Data to process:

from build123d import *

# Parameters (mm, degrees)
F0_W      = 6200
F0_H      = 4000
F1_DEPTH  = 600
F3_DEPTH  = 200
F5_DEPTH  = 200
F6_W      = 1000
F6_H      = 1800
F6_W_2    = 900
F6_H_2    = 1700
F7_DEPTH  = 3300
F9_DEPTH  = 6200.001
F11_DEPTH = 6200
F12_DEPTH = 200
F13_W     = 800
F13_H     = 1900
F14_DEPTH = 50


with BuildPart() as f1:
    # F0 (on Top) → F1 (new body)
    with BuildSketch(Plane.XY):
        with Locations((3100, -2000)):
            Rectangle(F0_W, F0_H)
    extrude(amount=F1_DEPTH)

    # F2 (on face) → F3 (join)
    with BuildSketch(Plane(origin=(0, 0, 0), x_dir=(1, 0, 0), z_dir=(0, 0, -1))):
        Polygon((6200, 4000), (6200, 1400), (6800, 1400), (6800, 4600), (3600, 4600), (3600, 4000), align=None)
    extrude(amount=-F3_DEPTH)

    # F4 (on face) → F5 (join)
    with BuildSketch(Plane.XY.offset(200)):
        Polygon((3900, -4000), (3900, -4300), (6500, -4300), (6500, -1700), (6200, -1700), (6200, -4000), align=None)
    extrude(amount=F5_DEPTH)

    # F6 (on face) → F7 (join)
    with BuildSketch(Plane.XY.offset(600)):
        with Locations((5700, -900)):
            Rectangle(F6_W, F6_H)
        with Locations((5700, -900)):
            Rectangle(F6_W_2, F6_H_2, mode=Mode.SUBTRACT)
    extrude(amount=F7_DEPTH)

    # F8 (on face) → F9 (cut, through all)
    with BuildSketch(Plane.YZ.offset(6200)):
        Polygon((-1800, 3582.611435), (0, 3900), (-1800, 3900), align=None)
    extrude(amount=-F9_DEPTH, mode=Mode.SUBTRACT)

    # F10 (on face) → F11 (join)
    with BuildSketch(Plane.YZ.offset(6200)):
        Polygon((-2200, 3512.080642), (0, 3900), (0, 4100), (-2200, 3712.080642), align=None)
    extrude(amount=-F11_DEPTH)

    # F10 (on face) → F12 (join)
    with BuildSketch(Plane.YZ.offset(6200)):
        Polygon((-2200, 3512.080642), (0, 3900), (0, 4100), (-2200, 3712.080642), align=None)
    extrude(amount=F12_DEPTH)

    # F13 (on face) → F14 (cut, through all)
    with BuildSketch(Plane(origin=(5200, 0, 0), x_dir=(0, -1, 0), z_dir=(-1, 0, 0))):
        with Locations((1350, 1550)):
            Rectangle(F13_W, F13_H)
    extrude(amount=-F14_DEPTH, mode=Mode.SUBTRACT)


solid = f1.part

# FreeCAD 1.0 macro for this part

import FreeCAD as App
import Part
import Sketcher

V = App.Vector
Q = App.Units.Quantity

doc = App.newDocument("Part")
body = doc.addObject("PartDesign::Body", "Body")

sketch1 = body.newObject("Sketcher::SketchObject", "Sketch")
sketch1.AttachmentSupport = (doc.getObject("XY_Plane"), [""])
sketch1.MapMode = "FlatFace"
sketch1.addGeometry([
    Part.LineSegment(V(0, 0, 0), V(0, -4000, 0)),
    Part.LineSegment(V(0, -4000, 0), V(6200, -4000, 0)),
    Part.LineSegment(V(6200, -4000, 0), V(6200, 0, 0)),
    Part.LineSegment(V(6200, 0, 0), V(0, 0, 0)),
], False)
sketch1.addConstraint([
    Sketcher.Constraint("Coincident", 0, 2, 1, 1),
    Sketcher.Constraint("Coincident", 1, 2, 2, 1),
    Sketcher.Constraint("Coincident", 2, 2, 3, 1),
    Sketcher.Constraint("Coincident", 3, 2, 0, 1),
    Sketcher.Constraint("Vertical", 0),
    Sketcher.Constraint("Horizontal", 1),
    Sketcher.Constraint("Vertical", 2),
    Sketcher.Constraint("Horizontal", 3),
    Sketcher.Constraint("Coincident", 3, 2, -1, 1),
    Sketcher.Constraint("DistanceX", 1, 1, 1, 2, 6200.0),
    Sketcher.Constraint("DistanceY", 0, 2, 0, 1, 4000.0),
])
pad1 = body.newObject("PartDesign::Pad", "Pad")
pad1.Profile = sketch1
pad1.Length = 600

sketch2 = body.newObject("Sketcher::SketchObject", "Sketch001")
sketch2.AttachmentSupport = (doc.getObject("XY_Plane"), [""])
sketch2.MapMode = "FlatFace"
sketch2.addGeometry([
    Part.LineSegment(V(6200, -4000, 0), V(6200, -1400, 0)),
    Part.LineSegment(V(6200, -1400, 0), V(6800, -1400, 0)),
    Part.LineSegment(V(6800, -1400, 0), V(6800, -4600, 0)),
    Part.LineSegment(V(6800, -4600, 0), V(3600, -4600, 0)),
    Part.LineSegment(V(3600, -4600, 0), V(3600, -4000, 0)),
    Part.LineSegment(V(3600, -4000, 0), V(6200, -4000, 0)),
], False)
sketch2.addConstraint([
    Sketcher.Constraint("Coincident", 0, 2, 1, 1),
    Sketcher.Constraint("Coincident", 1, 2, 2, 1),
    Sketcher.Constraint("Coincident", 2, 2, 3, 1),
    Sketcher.Constraint("Coincident", 3, 2, 4, 1),
    Sketcher.Constraint("Coincident", 4, 2, 5, 1),
    Sketcher.Constraint("Coincident", 5, 2, 0, 1),
    Sketcher.Constraint("Vertical", 0),
    Sketcher.Constraint("Horizontal", 1),
    Sketcher.Constraint("Vertical", 2),
    Sketcher.Constraint("Horizontal", 3),
    Sketcher.Constraint("Vertical", 4),
    Sketcher.Constraint("Horizontal", 5),
    Sketcher.Constraint("Equal", 5, 0),
    Sketcher.Constraint("Equal", 3, 2),
    Sketcher.Constraint("DistanceX", 1, 1, 1, 2, 600.0),
    Sketcher.Constraint("DistanceX", 3, 2, 3, 1, 3200.0),
    Sketcher.Constraint("DistanceX", -1, 1, 0, 2, 6200.0),
    Sketcher.Constraint("DistanceY", 0, 2, -1, 1, 1400.0),
])
pad2 = body.newObject("PartDesign::Pad", "Pad001")
pad2.Profile = sketch2
pad2.Length = 200

sketch3 = body.newObject("Sketcher::SketchObject", "Sketch002")
sketch3.AttachmentSupport = (doc.getObject("XY_Plane"), [""])
sketch3.MapMode = "FlatFace"
sketch3.AttachmentOffset = App.Placement(V(0, 0, 200), App.Rotation())
sketch3.addGeometry([
    Part.LineSegment(V(3900, -4000, 0), V(3900, -4300, 0)),
    Part.LineSegment(V(3900, -4300, 0), V(6500, -4300, 0)),
    Part.LineSegment(V(6500, -4300, 0), V(6500, -1700, 0)),
    Part.LineSegment(V(6500, -1700, 0), V(6200, -1700, 0)),
    Part.LineSegment(V(6200, -1700, 0), V(6200, -4000, 0)),
    Part.LineSegment(V(6200, -4000, 0), V(3900, -4000, 0)),
], False)
sketch3.addConstraint([
    Sketcher.Constraint("Coincident", 0, 2, 1, 1),
    Sketcher.Constraint("Coincident", 1, 2, 2, 1),
    Sketcher.Constraint("Coincident", 2, 2, 3, 1),
    Sketcher.Constraint("Coincident", 3, 2, 4, 1),
    Sketcher.Constraint("Coincident", 4, 2, 5, 1),
    Sketcher.Constraint("Coincident", 5, 2, 0, 1),
    Sketcher.Constraint("Vertical", 0),
    Sketcher.Constraint("Horizontal", 1),
    Sketcher.Constraint("Vertical", 2),
    Sketcher.Constraint("Horizontal", 3),
    Sketcher.Constraint("Vertical", 4),
    Sketcher.Constraint("Horizontal", 5),
    Sketcher.Constraint("Equal", 3, 0),
    Sketcher.Constraint("Equal", 1, 2),
    Sketcher.Constraint("DistanceX", 1, 1, 1, 2, 2600.0),
    Sketcher.Constraint("DistanceX", 3, 2, 3, 1, 300.0),
    Sketcher.Constraint("DistanceX", -1, 1, 0, 2, 3900.0),
    Sketcher.Constraint("DistanceY", 0, 2, -1, 1, 4300.0),
])
pad3 = body.newObject("PartDesign::Pad", "Pad002")
pad3.Profile = sketch3
pad3.Length = 200

sketch4 = body.newObject("Sketcher::SketchObject", "Sketch003")
sketch4.AttachmentSupport = (doc.getObject("XY_Plane"), [""])
sketch4.MapMode = "FlatFace"
sketch4.AttachmentOffset = App.Placement(V(0, 0, 600), App.Rotation())
sketch4.addGeometry([
    Part.LineSegment(V(5200, 0, 0), V(5200, -1800, 0)),
    Part.LineSegment(V(5200, -1800, 0), V(6200, -1800, 0)),
    Part.LineSegment(V(6200, -1800, 0), V(6200, 0, 0)),
    Part.LineSegment(V(6200, 0, 0), V(5200, 0, 0)),
    Part.LineSegment(V(6150, -1750, 0), V(5250, -1750, 0)),
    Part.LineSegment(V(5250, -1750, 0), V(5250, -50, 0)),
    Part.LineSegment(V(5250, -50, 0), V(6150, -50, 0)),
    Part.LineSegment(V(6150, -50, 0), V(6150, -1750, 0)),
], False)
sketch4.addConstraint([
    Sketcher.Constraint("Coincident", 0, 2, 1, 1),
    Sketcher.Constraint("Coincident", 1, 2, 2, 1),
    Sketcher.Constraint("Coincident", 2, 2, 3, 1),
    Sketcher.Constraint("Coincident", 3, 2, 0, 1),
    Sketcher.Constraint("Coincident", 4, 2, 5, 1),
    Sketcher.Constraint("Coincident", 5, 2, 6, 1),
    Sketcher.Constraint("Coincident", 6, 2, 7, 1),
    Sketcher.Constraint("Coincident", 7, 2, 4, 1),
    Sketcher.Constraint("Vertical", 0),
    Sketcher.Constraint("Horizontal", 1),
    Sketcher.Constraint("Vertical", 2),
    Sketcher.Constraint("Horizontal", 3),
    Sketcher.Constraint("Horizontal", 4),
    Sketcher.Constraint("Vertical", 5),
    Sketcher.Constraint("Horizontal", 6),
    Sketcher.Constraint("Vertical", 7),
    Sketcher.Constraint("PointOnObject", 2, 2, -1),
    Sketcher.Constraint("DistanceX", 1, 1, 1, 2, 1000.0),
    Sketcher.Constraint("DistanceX", 4, 2, 4, 1, 900.0),
    Sketcher.Constraint("DistanceY", 0, 2, 0, 1, 1800.0),
    Sketcher.Constraint("DistanceY", 5, 1, 5, 2, 1700.0),
    Sketcher.Constraint("DistanceX", -1, 1, 0, 2, 5200.0),
    Sketcher.Constraint("DistanceX", -1, 1, 4, 2, 5250.0),
    Sketcher.Constraint("DistanceY", 4, 2, -1, 1, 1750.0),
])
pad4 = body.newObject("PartDesign::Pad", "Pad003")
pad4.Profile = sketch4
pad4.Length = 3300

sketch5 = body.newObject("Sketcher::SketchObject", "Sketch004")
sketch5.AttachmentSupport = (doc.getObject("YZ_Plane"), [""])
sketch5.MapMode = "FlatFace"
sketch5.AttachmentOffset = App.Placement(V(0, 0, 6200), App.Rotation())
sketch5.addGeometry([
    Part.LineSegment(V(-1800, 3583, 0), V(0, 3900, 0)),
    Part.LineSegment(V(0, 3900, 0), V(-1800, 3900, 0)),
    Part.LineSegment(V(-1800, 3900, 0), V(-1800, 3583, 0)),
], False)
sketch5.addConstraint([
    Sketcher.Constraint("Coincident", 0, 2, 1, 1),
    Sketcher.Constraint("Coincident", 1, 2, 2, 1),
    Sketcher.Constraint("Coincident", 2, 2, 0, 1),
    Sketcher.Constraint("Horizontal", 1),
    Sketcher.Constraint("Vertical", 2),
    Sketcher.Constraint("PointOnObject", 0, 2, -2),
    Sketcher.Constraint("DistanceX", 1, 2, 1, 1, 1800.0),
    Sketcher.Constraint("Angle", 0, Q("10 deg")),
    Sketcher.Constraint("DistanceY", -1, 1, 0, 2, 3900.0),
])
pocket1 = body.newObject("PartDesign::Pocket", "Pocket")
pocket1.Profile = sketch5
pocket1.Type = "ThroughAll"

sketch6 = body.newObject("Sketcher::SketchObject", "Sketch005")
sketch6.AttachmentSupport = (doc.getObject("YZ_Plane"), [""])
sketch6.MapMode = "FlatFace"
sketch6.AttachmentOffset = App.Placement(V(0, 0, 6200), App.Rotation())
sketch6.addGeometry([
    Part.LineSegment(V(-2200, 3512, 0), V(0, 3900, 0)),
    Part.LineSegment(V(0, 3900, 0), V(0, 4100, 0)),
    Part.LineSegment(V(0, 4100, 0), V(-2200, 3712, 0)),
    Part.LineSegment(V(-2200, 3712, 0), V(-2200, 3512, 0)),
], False)
sketch6.addConstraint([
    Sketcher.Constraint("Coincident", 0, 2, 1, 1),
    Sketcher.Constraint("Coincident", 1, 2, 2, 1),
    Sketcher.Constraint("Coincident", 2, 2, 3, 1),
    Sketcher.Constraint("Coincident", 3, 2, 0, 1),
    Sketcher.Constraint("Vertical", 1),
    Sketcher.Constraint("Vertical", 3),
    Sketcher.Constraint("PointOnObject", 0, 2, -2),
    Sketcher.Constraint("Parallel", 0, 2),
    Sketcher.Constraint("DistanceY", 1, 1, 1, 2, 200.0),
    Sketcher.Constraint("Angle", 0, Q("10 deg")),
    Sketcher.Constraint("DistanceY", -1, 1, 0, 2, 3900.0),
    Sketcher.Constraint("DistanceX", 2, 2, -1, 1, 2200.0),
])
pad5 = body.newObject("PartDesign::Pad", "Pad004")
pad5.Profile = sketch6
pad5.Length = 6200
pad5.Reversed = True

sketch7 = body.newObject("Sketcher::SketchObject", "Sketch006")
sketch7.AttachmentSupport = (doc.getObject("YZ_Plane"), [""])
sketch7.MapMode = "FlatFace"
sketch7.AttachmentOffset = App.Placement(V(0, 0, 6200), App.Rotation())
sketch7.addGeometry([
    Part.LineSegment(V(-2200, 3512, 0), V(0, 3900, 0)),
    Part.LineSegment(V(0, 3900, 0), V(0, 4100, 0)),
    Part.LineSegment(V(0, 4100, 0), V(-2200, 3712, 0)),
    Part.LineSegment(V(-2200, 3712, 0), V(-2200, 3512, 0)),
], False)
sketch7.addConstraint([
    Sketcher.Constraint("Coincident", 0, 2, 1, 1),
    Sketcher.Constraint("Coincident", 1, 2, 2, 1),
    Sketcher.Constraint("Coincident", 2, 2, 3, 1),
    Sketcher.Constraint("Coincident", 3, 2, 0, 1),
    Sketcher.Constraint("Vertical", 1),
    Sketcher.Constraint("Vertical", 3),
    Sketcher.Constraint("PointOnObject", 0, 2, -2),
    Sketcher.Constraint("Parallel", 0, 2),
    Sketcher.Constraint("DistanceY", 1, 1, 1, 2, 200.0),
    Sketcher.Constraint("Angle", 0, Q("10 deg")),
    Sketcher.Constraint("DistanceY", -1, 1, 0, 2, 3900.0),
    Sketcher.Constraint("DistanceX", 2, 2, -1, 1, 2200.0),
])
pad6 = body.newObject("PartDesign::Pad", "Pad005")
pad6.Profile = sketch7
pad6.Length = 200

sketch8 = body.newObject("Sketcher::SketchObject", "Sketch007")
sketch8.AttachmentSupport = (doc.getObject("YZ_Plane"), [""])
sketch8.MapMode = "FlatFace"
sketch8.AttachmentOffset = App.Placement(V(0, 0, 5200), App.Rotation())
sketch8.addGeometry([
    Part.LineSegment(V(-950, 2500, 0), V(-950, 600, 0)),
    Part.LineSegment(V(-950, 600, 0), V(-1750, 600, 0)),
    Part.LineSegment(V(-1750, 600, 0), V(-1750, 2500, 0)),
    Part.LineSegment(V(-1750, 2500, 0), V(-950, 2500, 0)),
], False)
sketch8.addConstraint([
    Sketcher.Constraint("Coincident", 0, 2, 1, 1),
    Sketcher.Constraint("Coincident", 1, 2, 2, 1),
    Sketcher.Constraint("Coincident", 2, 2, 3, 1),
    Sketcher.Constraint("Coincident", 3, 2, 0, 1),
    Sketcher.Constraint("Vertical", 0),
    Sketcher.Constraint("Horizontal", 1),
    Sketcher.Constraint("Vertical", 2),
    Sketcher.Constraint("Horizontal", 3),
    Sketcher.Constraint("DistanceX", 1, 2, 1, 1, 800.0),
    Sketcher.Constraint("DistanceY", 0, 2, 0, 1, 1900.0),
    Sketcher.Constraint("DistanceX", 0, 2, -1, 1, 950.0),
    Sketcher.Constraint("DistanceY", -1, 1, 0, 2, 600.0),
])
pocket2 = body.newObject("PartDesign::Pocket", "Pocket001")
pocket2.Profile = sketch8
pocket2.Length = 50
pocket2.Reversed = True

doc.recompute()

Exercise directions:
From the entries above, extract each line containing "SUBTRACT".

Response:
            Rectangle(F6_W_2, F6_H_2, mode=Mode.SUBTRACT)
    extrude(amount=-F9_DEPTH, mode=Mode.SUBTRACT)
    extrude(amount=-F14_DEPTH, mode=Mode.SUBTRACT)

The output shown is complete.